Unfinished business – clinical research

There has been much to dwell upon since our workshop for member charities ‘Clinical research – working with NIHR’ a fortnight ago.

This is the fourth workshop on clinical research that AMRC has held in as many years.  Each has attracted more delegates than the one before – a fact indicative of the increasing interest among charities in funding clinical trials and studies.  The main difference now – compared to a decade ago – is that we have a system and infrastructure in place to better support their involvement – the National Institute for Health Research (NIHR).

Nonetheless the meeting emerged with some important issues and questions for the future.

Such has been the pace and scale of the changes that have happened under the auspices of NIHR that the ‘how to’ question regularly cropped up in conversation.  NIHR is necessarily a sum of its parts but it is n0t always clear how these parts fit together and relate to one another.  Our members are no different to other funders in needing a journey planner as well as a route planner to help guide them through the complexities.

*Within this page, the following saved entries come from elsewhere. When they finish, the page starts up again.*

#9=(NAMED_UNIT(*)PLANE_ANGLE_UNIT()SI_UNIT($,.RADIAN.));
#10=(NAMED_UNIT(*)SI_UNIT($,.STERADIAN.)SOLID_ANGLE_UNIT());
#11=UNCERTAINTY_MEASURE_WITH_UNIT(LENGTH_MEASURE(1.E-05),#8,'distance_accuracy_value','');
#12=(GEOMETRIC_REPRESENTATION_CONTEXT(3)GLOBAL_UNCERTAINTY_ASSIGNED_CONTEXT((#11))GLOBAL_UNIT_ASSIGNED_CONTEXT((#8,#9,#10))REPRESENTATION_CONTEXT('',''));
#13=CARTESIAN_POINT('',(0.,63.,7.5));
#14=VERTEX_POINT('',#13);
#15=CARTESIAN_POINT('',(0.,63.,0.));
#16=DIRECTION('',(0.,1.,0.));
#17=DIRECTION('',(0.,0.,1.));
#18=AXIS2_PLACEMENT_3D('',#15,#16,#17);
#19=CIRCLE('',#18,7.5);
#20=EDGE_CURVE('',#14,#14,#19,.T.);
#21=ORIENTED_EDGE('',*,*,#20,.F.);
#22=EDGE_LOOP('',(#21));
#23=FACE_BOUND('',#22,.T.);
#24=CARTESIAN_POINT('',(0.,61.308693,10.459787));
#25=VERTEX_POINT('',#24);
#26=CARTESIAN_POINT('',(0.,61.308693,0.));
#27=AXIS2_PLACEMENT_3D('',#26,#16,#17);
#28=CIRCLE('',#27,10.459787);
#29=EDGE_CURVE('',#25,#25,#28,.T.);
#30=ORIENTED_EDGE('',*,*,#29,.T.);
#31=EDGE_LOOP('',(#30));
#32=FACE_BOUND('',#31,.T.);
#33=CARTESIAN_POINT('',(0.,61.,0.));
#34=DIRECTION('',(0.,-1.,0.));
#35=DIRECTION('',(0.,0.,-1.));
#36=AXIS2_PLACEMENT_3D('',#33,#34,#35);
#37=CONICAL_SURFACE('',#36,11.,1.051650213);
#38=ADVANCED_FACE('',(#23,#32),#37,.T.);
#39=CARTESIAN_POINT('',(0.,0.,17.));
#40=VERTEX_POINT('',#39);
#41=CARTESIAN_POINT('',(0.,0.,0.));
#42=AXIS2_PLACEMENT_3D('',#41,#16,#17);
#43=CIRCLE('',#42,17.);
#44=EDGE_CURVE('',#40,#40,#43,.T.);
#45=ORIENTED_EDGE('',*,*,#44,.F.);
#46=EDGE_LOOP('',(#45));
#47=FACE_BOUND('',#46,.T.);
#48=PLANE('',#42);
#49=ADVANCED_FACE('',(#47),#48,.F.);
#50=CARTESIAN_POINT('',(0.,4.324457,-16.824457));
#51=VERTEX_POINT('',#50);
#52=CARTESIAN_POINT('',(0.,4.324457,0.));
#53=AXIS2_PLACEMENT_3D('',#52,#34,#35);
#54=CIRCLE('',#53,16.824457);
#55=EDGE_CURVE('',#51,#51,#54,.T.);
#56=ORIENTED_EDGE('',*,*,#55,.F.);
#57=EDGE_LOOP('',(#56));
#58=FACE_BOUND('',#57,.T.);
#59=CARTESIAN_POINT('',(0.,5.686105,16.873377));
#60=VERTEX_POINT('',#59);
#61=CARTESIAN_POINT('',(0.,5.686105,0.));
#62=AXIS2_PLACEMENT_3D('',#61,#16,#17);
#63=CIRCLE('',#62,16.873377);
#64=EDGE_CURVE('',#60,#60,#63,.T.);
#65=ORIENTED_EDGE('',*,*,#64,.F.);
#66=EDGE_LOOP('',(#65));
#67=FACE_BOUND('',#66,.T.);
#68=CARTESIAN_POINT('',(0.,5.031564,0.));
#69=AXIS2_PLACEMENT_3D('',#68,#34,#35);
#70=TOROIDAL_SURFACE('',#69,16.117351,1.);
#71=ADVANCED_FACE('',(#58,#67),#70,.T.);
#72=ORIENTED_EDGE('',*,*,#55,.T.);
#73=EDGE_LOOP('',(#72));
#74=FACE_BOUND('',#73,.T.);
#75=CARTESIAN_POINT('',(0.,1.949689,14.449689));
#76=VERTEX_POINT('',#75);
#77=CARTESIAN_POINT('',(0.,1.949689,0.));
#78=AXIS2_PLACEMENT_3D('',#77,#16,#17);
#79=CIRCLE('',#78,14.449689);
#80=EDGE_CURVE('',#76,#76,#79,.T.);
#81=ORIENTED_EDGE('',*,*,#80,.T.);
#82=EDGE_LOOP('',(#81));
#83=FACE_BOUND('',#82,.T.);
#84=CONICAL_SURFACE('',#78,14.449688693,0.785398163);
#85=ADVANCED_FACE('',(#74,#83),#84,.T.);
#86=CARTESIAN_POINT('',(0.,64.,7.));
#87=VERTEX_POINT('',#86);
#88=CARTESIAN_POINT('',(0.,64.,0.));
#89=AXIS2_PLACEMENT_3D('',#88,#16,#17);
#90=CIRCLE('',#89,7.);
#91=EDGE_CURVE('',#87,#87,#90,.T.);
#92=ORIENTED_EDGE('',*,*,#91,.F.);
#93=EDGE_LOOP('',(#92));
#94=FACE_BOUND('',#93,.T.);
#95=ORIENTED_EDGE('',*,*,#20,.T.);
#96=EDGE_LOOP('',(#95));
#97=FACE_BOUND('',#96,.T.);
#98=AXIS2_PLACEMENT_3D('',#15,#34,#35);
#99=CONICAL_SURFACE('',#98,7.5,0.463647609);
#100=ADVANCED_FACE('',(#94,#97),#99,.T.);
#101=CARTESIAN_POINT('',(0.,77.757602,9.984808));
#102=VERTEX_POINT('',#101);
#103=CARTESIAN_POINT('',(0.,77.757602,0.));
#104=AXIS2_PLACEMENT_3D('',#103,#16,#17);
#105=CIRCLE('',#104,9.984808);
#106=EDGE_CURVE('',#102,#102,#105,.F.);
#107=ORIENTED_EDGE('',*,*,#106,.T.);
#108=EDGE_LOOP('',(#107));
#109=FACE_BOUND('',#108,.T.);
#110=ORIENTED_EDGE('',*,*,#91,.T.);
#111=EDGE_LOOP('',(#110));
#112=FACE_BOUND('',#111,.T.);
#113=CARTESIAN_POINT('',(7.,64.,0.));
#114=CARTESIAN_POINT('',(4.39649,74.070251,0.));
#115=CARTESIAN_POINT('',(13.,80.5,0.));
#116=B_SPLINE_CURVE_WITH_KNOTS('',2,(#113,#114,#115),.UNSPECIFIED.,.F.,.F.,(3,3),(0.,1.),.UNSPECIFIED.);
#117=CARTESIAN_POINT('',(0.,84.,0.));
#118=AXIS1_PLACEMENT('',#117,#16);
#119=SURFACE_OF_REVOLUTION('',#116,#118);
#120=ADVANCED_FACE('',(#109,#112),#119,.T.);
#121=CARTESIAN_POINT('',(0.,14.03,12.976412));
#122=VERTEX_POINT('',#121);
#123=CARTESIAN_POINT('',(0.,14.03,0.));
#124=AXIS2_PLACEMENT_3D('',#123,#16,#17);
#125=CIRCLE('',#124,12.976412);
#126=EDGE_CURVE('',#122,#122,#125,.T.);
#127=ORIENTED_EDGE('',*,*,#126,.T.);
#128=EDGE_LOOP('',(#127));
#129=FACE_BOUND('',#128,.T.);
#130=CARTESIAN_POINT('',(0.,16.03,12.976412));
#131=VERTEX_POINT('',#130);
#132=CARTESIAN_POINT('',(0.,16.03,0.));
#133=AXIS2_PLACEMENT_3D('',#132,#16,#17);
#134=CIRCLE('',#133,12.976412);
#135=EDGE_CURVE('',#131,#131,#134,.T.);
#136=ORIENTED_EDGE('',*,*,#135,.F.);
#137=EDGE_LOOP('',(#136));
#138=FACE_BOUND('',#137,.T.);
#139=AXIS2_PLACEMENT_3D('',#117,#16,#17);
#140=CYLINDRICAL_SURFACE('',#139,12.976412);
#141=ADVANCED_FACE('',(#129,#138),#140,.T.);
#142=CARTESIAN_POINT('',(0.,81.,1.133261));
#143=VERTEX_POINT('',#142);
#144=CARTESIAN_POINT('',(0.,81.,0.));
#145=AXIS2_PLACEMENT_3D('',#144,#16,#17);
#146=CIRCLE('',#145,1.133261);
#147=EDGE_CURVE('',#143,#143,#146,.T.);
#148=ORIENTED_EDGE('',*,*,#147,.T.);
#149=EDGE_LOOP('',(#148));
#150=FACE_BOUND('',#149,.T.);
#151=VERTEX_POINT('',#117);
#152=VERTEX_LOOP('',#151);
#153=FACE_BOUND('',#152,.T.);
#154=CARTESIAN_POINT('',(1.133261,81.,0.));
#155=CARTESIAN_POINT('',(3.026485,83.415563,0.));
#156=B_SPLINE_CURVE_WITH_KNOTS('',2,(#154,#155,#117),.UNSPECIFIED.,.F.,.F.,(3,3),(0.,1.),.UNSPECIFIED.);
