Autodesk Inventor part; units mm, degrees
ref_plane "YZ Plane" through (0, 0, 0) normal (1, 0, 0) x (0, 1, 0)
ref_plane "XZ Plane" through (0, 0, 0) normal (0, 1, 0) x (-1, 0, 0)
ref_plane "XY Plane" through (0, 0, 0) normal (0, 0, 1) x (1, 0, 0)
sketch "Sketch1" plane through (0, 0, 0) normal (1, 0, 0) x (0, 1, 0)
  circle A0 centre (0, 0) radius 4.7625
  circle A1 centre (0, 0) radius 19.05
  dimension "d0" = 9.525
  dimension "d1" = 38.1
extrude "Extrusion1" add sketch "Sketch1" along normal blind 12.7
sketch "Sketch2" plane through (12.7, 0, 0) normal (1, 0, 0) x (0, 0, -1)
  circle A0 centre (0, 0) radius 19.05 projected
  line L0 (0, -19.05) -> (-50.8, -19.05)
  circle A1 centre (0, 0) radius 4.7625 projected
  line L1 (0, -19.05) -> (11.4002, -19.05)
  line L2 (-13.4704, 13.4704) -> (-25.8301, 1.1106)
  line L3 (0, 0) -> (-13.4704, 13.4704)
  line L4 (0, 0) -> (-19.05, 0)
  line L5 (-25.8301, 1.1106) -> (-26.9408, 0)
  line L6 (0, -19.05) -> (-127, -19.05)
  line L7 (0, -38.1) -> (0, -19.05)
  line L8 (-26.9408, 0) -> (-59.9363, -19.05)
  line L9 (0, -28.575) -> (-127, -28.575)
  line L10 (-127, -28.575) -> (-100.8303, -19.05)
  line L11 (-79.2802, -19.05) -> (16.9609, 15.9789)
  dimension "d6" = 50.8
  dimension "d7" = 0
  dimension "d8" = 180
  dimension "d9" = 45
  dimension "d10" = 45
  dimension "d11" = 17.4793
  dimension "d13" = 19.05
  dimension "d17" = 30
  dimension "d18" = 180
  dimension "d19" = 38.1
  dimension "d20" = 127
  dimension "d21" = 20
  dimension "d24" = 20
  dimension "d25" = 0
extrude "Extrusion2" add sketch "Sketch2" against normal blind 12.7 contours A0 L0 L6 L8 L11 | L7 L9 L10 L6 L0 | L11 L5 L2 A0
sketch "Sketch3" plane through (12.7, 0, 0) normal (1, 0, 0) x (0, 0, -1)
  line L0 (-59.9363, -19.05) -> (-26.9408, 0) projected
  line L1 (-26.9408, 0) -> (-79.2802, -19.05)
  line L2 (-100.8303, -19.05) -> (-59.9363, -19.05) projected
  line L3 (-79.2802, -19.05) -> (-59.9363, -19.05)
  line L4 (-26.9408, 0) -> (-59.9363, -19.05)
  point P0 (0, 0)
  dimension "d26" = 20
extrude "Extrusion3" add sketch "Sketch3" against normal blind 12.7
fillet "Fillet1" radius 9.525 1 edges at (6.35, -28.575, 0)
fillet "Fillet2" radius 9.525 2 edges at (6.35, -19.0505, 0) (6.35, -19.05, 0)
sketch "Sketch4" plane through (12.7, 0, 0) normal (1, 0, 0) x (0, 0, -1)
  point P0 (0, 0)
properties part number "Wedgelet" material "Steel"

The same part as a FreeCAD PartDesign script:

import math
import FreeCAD as App
import Part
import Sketcher

V = App.Vector
Q = App.Units.Quantity


def edges_at(feature, points):
    """Names of the edges that pass closest to the given points."""
    edges = feature.Shape.Edges
    near = lambda p: min(range(len(edges)), key=lambda i: edges[i].distToShape(Part.Vertex(*p))[0])
    return sorted({f"Edge{near(p) + 1}" for p in points})

doc = App.newDocument("Part")
body = doc.addObject("PartDesign::Body", "Body")

# Sketch on YZ plane
sketch1 = body.newObject("Sketcher::SketchObject", "Sketch")
sketch1.AttachmentSupport = (doc.getObject("YZ_Plane"), [""])
sketch1.MapMode = "FlatFace"
sketch1.addGeometry([
    Part.Circle(V(0, 0, 0), V(0, 0, 1), 19.05),
    Part.Circle(V(0, 0, 0), V(0, 0, 1), 4.7625),
], False)
sketch1.addConstraint([
    Sketcher.Constraint("Coincident", 0, 3, -1, 1),
    Sketcher.Constraint("Coincident", 1, 3, -1, 1),
    Sketcher.Constraint("Diameter", 0, Q("1.5 in")),
    Sketcher.Constraint("Diameter", 1, Q("0.375 in")),
])
pad1 = body.newObject("PartDesign::Pad", "Pad")
pad1.Profile = sketch1
pad1.Length = Q("0.5 in")

# Sketch on YZ plane
sketch2 = body.newObject("Sketcher::SketchObject", "Sketch001")
sketch2.AttachmentSupport = (doc.getObject("YZ_Plane"), [""])
sketch2.MapMode = "FlatFace"
sketch2.AttachmentOffset = App.Placement(V(0, 0, 0.5 * 25.4), App.Rotation())
sketch2.addGeometry([
    Part.ArcOfCircle(Part.Circle(V(0, 0, 0), V(0, 0, 1), 19.05), math.radians(45), math.radians(180)),  # 0
    Part.LineSegment(V(13.4704, 13.4704, 0), V(1.1106, 25.8301, 0)),  # 1
    Part.LineSegment(V(1.1106, 25.8301, 0), V(0, 26.9408, 0)),  # 2
    Part.LineSegment(V(0, 26.9408, 0), V(-19.05, 59.9363, 0)),  # 3
    Part.LineSegment(V(-19.05, 59.9363, 0), V(-19.05, 100.8303, 0)),  # 4
    Part.LineSegment(V(-19.05, 100.8303, 0), V(-28.575, 127, 0)),  # 5
    Part.LineSegment(V(-28.575, 127, 0), V(-28.575, 0, 0)),  # 6
    Part.LineSegment(V(-28.575, 0, 0), V(-19.05, 0, 0)),  # 7
], False)
sketch2.addConstraint([
    Sketcher.Constraint("Tangent", 0, 1, 1, 1),
    Sketcher.Constraint("Coincident", 1, 2, 2, 1),
    Sketcher.Constraint("Coincident", 2, 2, 3, 1),
    Sketcher.Constraint("Coincident", 3, 2, 4, 1),
    Sketcher.Constraint("Coincident", 4, 2, 5, 1),
    Sketcher.Constraint("Coincident", 5, 2, 6, 1),
    Sketcher.Constraint("Coincident", 6, 2, 7, 1),
    Sketcher.Constraint("Coincident", 7, 2, 0, 2),
    Sketcher.Constraint("Vertical", 4),
    Sketcher.Constraint("Vertical", 6),
    Sketcher.Constraint("Horizontal", 7),
    Sketcher.Constraint("Coincident", 0, 3, -1, 1),
    Sketcher.Constraint("PointOnObject", 2, 2, -2),
    Sketcher.Constraint("PointOnObject", 6, 2, -1),
    Sketcher.Constraint("Parallel", 1, 2),
    Sketcher.Constraint("Vertical", 4, 2, 7, 2),
    Sketcher.Constraint("DistanceY", 6, 2, 6, 1, Q("5 in")),
    Sketcher.Constraint("Radius", 0, Q("0.75 in")),
    Sketcher.Constraint("Distance", 3, Q("1.5 in")),
    Sketcher.Constraint("Angle", 1, Q("135.0002 deg")),
    Sketcher.Constraint("Angle", 5, Q("110 deg")),
    Sketcher.Constraint("DistanceY", 4, 1, 4, 2, Q("1.61 in")),
    Sketcher.Constraint("Distance", 1, 17.4793),
])
pad2 = body.newObject("PartDesign::Pad", "Pad001")
pad2.Profile = sketch2
pad2.Length = Q("0.5 in")
pad2.Reversed = True

# Sketch on YZ plane
sketch3 = body.newObject("Sketcher::SketchObject", "Sketch002")
sketch3.AttachmentSupport = (doc.getObject("YZ_Plane"), [""])
sketch3.MapMode = "FlatFace"
sketch3.AttachmentOffset = App.Placement(V(0, 0, 0.5 * 25.4), App.Rotation())
sketch3.addGeometry([
    Part.LineSegment(V(-19.05, 79.2802, 0), V(-19.05, 59.9363, 0)),
    Part.LineSegment(V(-19.05, 59.9363, 0), V(0, 26.9408, 0)),
    Part.LineSegment(V(0, 26.9408, 0), V(-19.05, 79.2802, 0)),
], False)
sketch3.addConstraint([
    Sketcher.Constraint("Coincident", 0, 2, 1, 1),
    Sketcher.Constraint("Coincident", 1, 2, 2, 1),
    Sketcher.Constraint("Coincident", 2, 2, 0, 1),
    Sketcher.Constraint("Vertical", 0),
    Sketcher.Constraint("PointOnObject", 1, 2, -2),
    Sketcher.Constraint("Angle", 1, Q("-60 deg")),
    Sketcher.Constraint("Angle", 2, Q("110 deg")),
    Sketcher.Constraint("Distance", 1, Q("1.5 in")),
    Sketcher.Constraint("DistanceY", -1, 1, 0, 2, Q("2.3597 in")),
])
pad3 = body.newObject("PartDesign::Pad", "Pad002")
pad3.Profile = sketch3
pad3.Length = Q("0.5 in")
pad3.Reversed = True
doc.recompute()

fillet = body.newObject("PartDesign::Fillet", "Fillet")
fillet.Base = (pad3, edges_at(pad3, [(6.35, -28.575, 0)]))
fillet.Radius = Q("0.375 in")
doc.recompute()

fillet2 = body.newObject("PartDesign::Fillet", "Fillet001")
fillet2.Base = (fillet, edges_at(fillet, [(6.35, -19.05, 0), (6.35, -19.05, 0)]))
fillet2.Radius = Q("0.375 in")

doc.recompute()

So, the new National Office for Clinical Research Infrastructure (NOCRI) is an important initiative.  I am pleased that AMRC will be meeting with them in a few short weeks to discuss how they can improve engagement with medical research charities and provide a one-stop shop for guidance and advice.

Since I wrote ‘Not another article about partnership‘ on this site last August and expressed irritation with the system by which NIHR partnership status is awarded (or not) to funders, the Department for Health has instigated a review.  The questions on this topic at the workshop were, therefore, a timely reminder of the need for consistency and transparency in how such decisions are made.

I continue to be concerned that we do not do nearly enough to support research into rare disorders in the UK and this came out in the meeting.  While I can understand the interest in ‘scale’ – i.e. supporting those studies that are based around large patient populations – I sense a growing frustration among member charities who represent people and families coping with rare conditions.

Quite simply they feel that their agenda is being overlooked and I agree with them.  I have blogged before (‘Research of rare quality’ – 7th Sept 2009) on this topic and I hope that AMRC’s seminar in April for rare disorder charities will be an opportunity for this important group plus their colleagues in the sector to rally around some key research issues that we can press together, and press hard.

‘Who pays?’ – whether the charity funder or NHS – in supporting different aspects of supporting clinical has always been a difficult and intricate issue.

New guidance is expected shortly from the Department of Health.  It is intended to clarify existing rules and AMRC, together with a number of member charities, will be meeting with other funders and officials next week to understand better its implications; also to encourage an approach to its implementation and communication which reflects the fundamental contribution of charities to the future of clinical research in the UK.   If we are not to disincentivise some charity funding in this area it is important that this is got right and that potential issues are worked through sooner rather than later.

Yesterday you may have heard the excellent ‘Today‘ programme item about the publication of the MND Association’s manifesto ‘Make MND matter at the General Election.’  Take a look.  It will leave you in no doubt as to the rising sensitivies among charities about ‘bureaucracy and regulatory burdens’ standing in the way of appropriate use of charitable funds.

For, at the end of the day, our first responsibility must always be to our beneficiaries, donors and supporters.  It lies at the root of the sector’s interest in clinical research. It will be the test by which we must always determine our future  involvement.